Rhodes flamed red to his hair as he stared down at the elder man.

"I reckon I'll not answer that now, Mr. Singleton," he said quietly.

"You may live to see you made a mistake. I hope you do, but you're traveling with a rotten bunch, and they are likely to use a knife or a rope on you any time you've played the goat long enough for them to get their innings. I'm going without any grudge, but if I was an insurance agent, trying to save money for my company, I'd sure pa.s.s you by as an unsafe bet! Keep on this side of the line, Singleton, while the revolution is whirling, and whatever you forget, don't forget I said it! _Adios_, senorita, and--good luck!"

"Good luck, Kit," she half whispered, "and _adios_!"

She watched him as he rode away, watched him as he halted at the turn of the trail and waved his hand, and Singleton was quietly observing her the while. She frowned as she turned and caught him at it.

"You thought he waited here, or planned to--to meet me," she flared.

"He was too square to tell you the truth, but it was I rode out here to say good-bye, rode out and held him up! But I did not reckon anyone would try to insult him for it!"

Her stepfather regarded her grimly. She was angry, and very near to tears.

"Time you had your breakfast," he observed, "and all signs indicate I should have sent you East last year, and kept you out of the promiscuous mixups along the border. It's the dumping ground for all sorts of stray adventurers, and no place for a girl to ride alone."

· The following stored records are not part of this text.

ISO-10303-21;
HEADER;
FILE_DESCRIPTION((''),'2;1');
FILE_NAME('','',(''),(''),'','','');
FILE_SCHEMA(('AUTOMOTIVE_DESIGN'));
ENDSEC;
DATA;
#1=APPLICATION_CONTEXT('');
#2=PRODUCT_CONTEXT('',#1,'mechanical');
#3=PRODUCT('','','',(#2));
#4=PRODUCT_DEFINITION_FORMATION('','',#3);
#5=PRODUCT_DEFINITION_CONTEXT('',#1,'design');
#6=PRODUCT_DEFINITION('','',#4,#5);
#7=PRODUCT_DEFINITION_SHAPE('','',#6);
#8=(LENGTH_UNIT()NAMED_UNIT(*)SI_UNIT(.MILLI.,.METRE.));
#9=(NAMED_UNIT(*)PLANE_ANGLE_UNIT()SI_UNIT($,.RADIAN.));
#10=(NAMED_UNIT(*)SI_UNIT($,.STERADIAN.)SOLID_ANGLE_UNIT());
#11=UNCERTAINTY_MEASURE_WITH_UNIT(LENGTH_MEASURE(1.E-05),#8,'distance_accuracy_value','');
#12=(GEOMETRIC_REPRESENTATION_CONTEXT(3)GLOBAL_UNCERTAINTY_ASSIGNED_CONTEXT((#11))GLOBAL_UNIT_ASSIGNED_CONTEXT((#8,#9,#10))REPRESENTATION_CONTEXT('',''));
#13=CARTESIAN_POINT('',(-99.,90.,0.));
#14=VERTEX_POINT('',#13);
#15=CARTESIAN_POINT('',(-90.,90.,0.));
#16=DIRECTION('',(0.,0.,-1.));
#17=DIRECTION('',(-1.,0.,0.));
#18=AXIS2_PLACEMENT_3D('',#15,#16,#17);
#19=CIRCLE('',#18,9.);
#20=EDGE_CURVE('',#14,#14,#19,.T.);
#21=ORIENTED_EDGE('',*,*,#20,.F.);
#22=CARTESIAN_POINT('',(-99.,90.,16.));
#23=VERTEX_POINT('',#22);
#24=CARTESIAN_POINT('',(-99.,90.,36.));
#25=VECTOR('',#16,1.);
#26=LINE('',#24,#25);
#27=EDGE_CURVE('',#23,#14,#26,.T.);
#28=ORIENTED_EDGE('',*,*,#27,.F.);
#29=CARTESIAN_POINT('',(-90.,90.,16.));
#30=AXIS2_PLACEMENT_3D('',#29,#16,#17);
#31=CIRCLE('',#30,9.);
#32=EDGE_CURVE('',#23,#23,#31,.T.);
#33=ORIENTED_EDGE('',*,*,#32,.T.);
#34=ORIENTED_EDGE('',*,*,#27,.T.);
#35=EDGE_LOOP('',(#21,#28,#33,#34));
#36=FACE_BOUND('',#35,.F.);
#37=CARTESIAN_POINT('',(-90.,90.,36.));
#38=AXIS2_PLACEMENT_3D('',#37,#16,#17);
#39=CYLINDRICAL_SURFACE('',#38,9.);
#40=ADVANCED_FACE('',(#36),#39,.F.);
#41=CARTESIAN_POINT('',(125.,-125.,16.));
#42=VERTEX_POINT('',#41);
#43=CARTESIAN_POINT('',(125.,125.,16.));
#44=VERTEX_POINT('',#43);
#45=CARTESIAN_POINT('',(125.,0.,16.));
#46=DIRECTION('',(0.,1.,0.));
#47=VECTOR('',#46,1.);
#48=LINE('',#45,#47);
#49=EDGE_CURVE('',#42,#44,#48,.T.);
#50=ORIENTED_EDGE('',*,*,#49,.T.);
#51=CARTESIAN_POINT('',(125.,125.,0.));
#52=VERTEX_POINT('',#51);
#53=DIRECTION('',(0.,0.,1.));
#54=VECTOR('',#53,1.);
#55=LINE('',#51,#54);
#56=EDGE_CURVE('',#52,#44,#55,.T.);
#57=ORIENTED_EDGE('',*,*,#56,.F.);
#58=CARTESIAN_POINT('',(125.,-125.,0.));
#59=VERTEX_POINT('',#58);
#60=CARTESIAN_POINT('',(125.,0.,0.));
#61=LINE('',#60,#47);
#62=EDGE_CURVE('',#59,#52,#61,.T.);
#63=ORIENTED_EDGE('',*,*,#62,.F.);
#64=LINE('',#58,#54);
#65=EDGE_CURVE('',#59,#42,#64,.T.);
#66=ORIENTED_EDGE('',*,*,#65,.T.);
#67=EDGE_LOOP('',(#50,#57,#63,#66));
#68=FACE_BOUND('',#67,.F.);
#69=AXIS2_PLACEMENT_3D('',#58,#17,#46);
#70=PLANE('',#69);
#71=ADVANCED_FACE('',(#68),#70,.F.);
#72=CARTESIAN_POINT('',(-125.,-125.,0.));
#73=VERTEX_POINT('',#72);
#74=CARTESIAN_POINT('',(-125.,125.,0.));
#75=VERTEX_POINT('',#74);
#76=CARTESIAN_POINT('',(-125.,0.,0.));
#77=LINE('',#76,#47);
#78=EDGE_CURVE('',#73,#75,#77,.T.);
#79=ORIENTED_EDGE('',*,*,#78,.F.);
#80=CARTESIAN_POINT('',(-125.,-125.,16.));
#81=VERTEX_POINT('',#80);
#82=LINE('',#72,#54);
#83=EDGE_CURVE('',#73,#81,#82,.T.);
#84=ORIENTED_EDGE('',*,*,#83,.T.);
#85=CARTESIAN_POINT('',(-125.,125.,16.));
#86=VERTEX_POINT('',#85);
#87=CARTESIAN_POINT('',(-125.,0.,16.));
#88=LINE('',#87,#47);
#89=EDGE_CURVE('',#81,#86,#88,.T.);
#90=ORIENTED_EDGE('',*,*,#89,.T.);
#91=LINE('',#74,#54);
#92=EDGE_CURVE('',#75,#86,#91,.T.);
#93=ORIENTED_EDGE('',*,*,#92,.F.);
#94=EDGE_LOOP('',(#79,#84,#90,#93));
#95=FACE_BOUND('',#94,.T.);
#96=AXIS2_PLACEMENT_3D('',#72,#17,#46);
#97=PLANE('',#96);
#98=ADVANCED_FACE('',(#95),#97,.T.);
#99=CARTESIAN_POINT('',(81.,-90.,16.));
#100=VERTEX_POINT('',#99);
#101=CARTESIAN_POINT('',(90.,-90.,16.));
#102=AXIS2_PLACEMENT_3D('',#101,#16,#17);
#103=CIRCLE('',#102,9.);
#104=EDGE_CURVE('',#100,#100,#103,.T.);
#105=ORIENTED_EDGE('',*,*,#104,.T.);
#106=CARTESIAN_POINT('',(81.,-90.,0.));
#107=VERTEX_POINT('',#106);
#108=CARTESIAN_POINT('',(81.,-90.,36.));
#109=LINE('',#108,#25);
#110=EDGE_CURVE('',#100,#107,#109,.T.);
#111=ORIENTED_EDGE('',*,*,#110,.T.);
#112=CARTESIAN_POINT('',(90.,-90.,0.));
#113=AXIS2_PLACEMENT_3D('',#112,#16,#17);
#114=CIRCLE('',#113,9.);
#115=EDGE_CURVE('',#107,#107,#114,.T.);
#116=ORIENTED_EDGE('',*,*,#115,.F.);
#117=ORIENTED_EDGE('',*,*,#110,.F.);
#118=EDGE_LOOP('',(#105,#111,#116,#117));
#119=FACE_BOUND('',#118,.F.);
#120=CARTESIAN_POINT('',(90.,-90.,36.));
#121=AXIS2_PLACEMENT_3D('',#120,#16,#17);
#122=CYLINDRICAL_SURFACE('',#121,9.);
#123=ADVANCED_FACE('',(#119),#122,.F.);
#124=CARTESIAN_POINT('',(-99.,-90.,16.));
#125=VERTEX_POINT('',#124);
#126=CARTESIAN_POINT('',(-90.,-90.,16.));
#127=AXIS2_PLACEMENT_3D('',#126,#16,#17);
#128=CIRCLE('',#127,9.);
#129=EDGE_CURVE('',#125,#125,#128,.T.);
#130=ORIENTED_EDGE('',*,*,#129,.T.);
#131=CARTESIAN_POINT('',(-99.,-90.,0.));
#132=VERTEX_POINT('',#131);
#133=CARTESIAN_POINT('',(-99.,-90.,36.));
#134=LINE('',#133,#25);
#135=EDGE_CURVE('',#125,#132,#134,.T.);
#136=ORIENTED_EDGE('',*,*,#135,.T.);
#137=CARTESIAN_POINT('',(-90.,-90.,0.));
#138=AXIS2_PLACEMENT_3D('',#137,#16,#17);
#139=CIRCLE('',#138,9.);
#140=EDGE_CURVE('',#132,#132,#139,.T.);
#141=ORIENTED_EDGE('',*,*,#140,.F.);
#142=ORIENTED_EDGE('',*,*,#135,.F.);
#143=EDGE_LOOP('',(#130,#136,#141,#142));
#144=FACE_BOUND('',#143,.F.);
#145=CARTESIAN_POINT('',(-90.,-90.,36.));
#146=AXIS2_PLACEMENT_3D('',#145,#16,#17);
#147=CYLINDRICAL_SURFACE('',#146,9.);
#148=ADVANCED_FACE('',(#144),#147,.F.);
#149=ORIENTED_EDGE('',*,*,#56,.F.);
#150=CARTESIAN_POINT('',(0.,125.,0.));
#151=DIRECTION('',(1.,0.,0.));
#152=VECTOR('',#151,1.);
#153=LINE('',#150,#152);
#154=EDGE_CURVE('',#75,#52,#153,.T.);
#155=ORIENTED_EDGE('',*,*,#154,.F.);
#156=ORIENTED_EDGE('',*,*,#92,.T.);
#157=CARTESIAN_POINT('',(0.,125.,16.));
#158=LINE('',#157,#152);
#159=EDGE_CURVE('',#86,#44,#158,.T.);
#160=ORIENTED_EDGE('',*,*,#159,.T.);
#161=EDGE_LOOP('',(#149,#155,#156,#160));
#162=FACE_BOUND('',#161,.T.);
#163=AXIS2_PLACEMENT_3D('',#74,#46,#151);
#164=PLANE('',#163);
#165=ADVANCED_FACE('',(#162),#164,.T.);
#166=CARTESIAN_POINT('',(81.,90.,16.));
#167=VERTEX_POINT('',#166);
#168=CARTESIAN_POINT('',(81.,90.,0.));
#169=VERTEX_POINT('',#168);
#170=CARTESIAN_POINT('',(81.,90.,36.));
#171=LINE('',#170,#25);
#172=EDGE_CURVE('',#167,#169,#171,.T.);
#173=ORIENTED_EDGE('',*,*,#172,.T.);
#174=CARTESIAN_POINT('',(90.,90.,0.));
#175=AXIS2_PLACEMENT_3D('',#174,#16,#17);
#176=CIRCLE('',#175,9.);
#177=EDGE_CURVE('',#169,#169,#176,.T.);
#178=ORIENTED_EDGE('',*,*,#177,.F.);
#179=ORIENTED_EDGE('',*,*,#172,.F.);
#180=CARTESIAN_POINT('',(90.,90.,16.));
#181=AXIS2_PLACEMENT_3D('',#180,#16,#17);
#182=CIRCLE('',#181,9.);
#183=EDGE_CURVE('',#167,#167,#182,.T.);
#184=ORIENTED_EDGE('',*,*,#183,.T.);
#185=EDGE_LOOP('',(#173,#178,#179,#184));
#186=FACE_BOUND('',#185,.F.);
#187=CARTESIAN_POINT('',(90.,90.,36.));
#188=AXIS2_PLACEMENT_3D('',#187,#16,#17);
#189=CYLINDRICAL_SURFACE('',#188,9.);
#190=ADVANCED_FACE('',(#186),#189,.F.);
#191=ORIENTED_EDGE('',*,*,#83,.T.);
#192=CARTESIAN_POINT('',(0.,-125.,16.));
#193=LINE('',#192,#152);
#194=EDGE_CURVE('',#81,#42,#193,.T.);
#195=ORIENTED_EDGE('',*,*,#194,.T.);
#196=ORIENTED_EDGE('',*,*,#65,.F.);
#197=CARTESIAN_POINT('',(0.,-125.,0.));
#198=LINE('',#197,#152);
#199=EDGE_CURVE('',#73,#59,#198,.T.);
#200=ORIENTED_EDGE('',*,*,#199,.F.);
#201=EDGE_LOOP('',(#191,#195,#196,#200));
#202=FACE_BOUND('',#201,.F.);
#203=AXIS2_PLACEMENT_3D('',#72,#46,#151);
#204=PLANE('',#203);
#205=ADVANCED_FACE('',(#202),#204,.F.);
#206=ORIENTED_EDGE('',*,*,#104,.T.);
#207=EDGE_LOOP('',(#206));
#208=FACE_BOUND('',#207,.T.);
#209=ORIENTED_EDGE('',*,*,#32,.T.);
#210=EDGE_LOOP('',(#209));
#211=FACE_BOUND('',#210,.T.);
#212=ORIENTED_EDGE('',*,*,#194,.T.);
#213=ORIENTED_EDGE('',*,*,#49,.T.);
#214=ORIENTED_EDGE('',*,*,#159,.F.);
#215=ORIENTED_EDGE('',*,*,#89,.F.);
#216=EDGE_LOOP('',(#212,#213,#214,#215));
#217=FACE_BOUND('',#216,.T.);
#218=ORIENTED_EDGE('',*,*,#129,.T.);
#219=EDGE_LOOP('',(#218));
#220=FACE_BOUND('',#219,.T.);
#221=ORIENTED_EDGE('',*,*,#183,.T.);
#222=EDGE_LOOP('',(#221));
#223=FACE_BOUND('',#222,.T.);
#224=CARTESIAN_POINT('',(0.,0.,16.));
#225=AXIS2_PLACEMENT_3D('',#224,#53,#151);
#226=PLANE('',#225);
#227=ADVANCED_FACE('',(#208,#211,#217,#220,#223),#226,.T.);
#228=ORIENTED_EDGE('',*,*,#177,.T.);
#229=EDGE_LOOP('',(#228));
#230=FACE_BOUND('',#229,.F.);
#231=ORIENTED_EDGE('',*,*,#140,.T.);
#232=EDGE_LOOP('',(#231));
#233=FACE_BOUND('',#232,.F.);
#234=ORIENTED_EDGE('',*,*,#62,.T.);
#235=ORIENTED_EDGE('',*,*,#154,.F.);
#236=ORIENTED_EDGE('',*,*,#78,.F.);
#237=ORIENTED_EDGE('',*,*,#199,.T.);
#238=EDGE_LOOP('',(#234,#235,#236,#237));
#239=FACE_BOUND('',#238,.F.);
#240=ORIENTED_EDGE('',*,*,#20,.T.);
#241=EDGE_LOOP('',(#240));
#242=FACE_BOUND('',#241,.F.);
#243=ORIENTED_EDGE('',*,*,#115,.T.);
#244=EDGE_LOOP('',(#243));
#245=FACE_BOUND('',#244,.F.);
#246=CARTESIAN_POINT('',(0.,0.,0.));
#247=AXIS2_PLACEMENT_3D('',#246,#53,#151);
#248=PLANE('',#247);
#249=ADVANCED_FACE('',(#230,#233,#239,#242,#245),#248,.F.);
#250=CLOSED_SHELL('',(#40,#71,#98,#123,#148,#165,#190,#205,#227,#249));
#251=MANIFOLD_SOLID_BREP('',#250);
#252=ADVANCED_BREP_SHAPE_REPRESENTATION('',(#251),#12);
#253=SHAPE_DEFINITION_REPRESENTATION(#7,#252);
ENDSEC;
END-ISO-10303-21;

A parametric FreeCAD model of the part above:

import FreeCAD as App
import Part
import Sketcher

doc = App.newDocument("Part")
body = doc.addObject("PartDesign::Body", "Body")

# Sketch on XY plane
sketch1 = body.newObject("Sketcher::SketchObject", "Sketch")
sketch1.AttachmentSupport = (doc.getObject("XY_Plane"), [""])
sketch1.MapMode = "FlatFace"
sketch1.addGeometry([
    Part.LineSegment(App.Vector(-125, 125, 0), App.Vector(-125, -125, 0)),
    Part.LineSegment(App.Vector(-125, -125, 0), App.Vector(125, -125, 0)),
    Part.LineSegment(App.Vector(125, -125, 0), App.Vector(125, 125, 0)),
    Part.LineSegment(App.Vector(125, 125, 0), App.Vector(-125, 125, 0)),
], False)
sketch1.addConstraint([
    Sketcher.Constraint("Coincident", 0, 2, 1, 1),
    Sketcher.Constraint("Coincident", 1, 2, 2, 1),
    Sketcher.Constraint("Coincident", 2, 2, 3, 1),
    Sketcher.Constraint("Coincident", 3, 2, 0, 1),
    Sketcher.Constraint("Vertical", 0),
    Sketcher.Constraint("Horizontal", 1),
    Sketcher.Constraint("Vertical", 2),
    Sketcher.Constraint("Horizontal", 3),
    Sketcher.Constraint("Symmetric", 0, 2, 2, 2, -1, 1),
    Sketcher.Constraint("Equal", 3, 0),
    Sketcher.Constraint("DistanceX", 1, 1, 1, 2, 250.0),
])
pad1 = body.newObject("PartDesign::Pad", "Pad")
pad1.Profile = sketch1
pad1.Length = 16

# Sketch on XY plane
sketch2 = body.newObject("Sketcher::SketchObject", "Sketch001")
sketch2.AttachmentSupport = (doc.getObject("XY_Plane"), [""])
sketch2.MapMode = "FlatFace"
sketch2.AttachmentOffset = App.Placement(App.Vector(0, 0, 16), App.Rotation())
sketch2.addGeometry([
    Part.Circle(App.Vector(-90, 90, 0), App.Vector(0, 0, 1), 9),
    Part.Circle(App.Vector(90, 90, 0), App.Vector(0, 0, 1), 9),
    Part.Circle(App.Vector(90, -90, 0), App.Vector(0, 0, 1), 9),
    Part.Circle(App.Vector(-90, -90, 0), App.Vector(0, 0, 1), 9),
], False)
sketch2.addConstraint([
    Sketcher.Constraint("Equal", 0, 1),
    Sketcher.Constraint("Equal", 1, 2),
    Sketcher.Constraint("Equal", 2, 3),
    Sketcher.Constraint("Symmetric", 0, 3, 2, 3, -1, 1),
    Sketcher.Constraint("Symmetric", 1, 3, 3, 3, -1, 1),
    Sketcher.Constraint("Symmetric", 0, 3, 1, 3, -2),
    Sketcher.Constraint("Diameter", 0, 18.0),
    Sketcher.Constraint("DistanceX", 0, 3, -1, 1, 90.0),
    Sketcher.Constraint("DistanceY", -1, 1, 0, 3, 90.0),
])
doc.recompute()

"He seemed to think I am as able to look after myself as you," she retorted. "You aren't fair to him because you take the word of Conrad, but Conrad lies, and I'm glad he got thrashed good and plenty! Now I've got that off my mind, I'll go eat a cheerful breakfast."

Singleton walked silent beside her back to where his horse was grazing by the roadside.

"Huh!" grunted the girl with frank scorn. "So you got out of the saddle to spy? Haven't you some black-and-tan around the ranch to do your dirty work?"

"It's just as well to be civil till you know what you are talking about," he reminded her with a sort of trained patience. "I came out without my breakfast just to keep the ranchmen from thinking what Tia Luz thinks. She told me I'd find that fellow waiting for you. I didn't believe it, but I see she is not so far wrong."

He spoke without heat or feeling, and his tone was that of quiet discussion with a man or boy, not at all that of a guardian to a girl.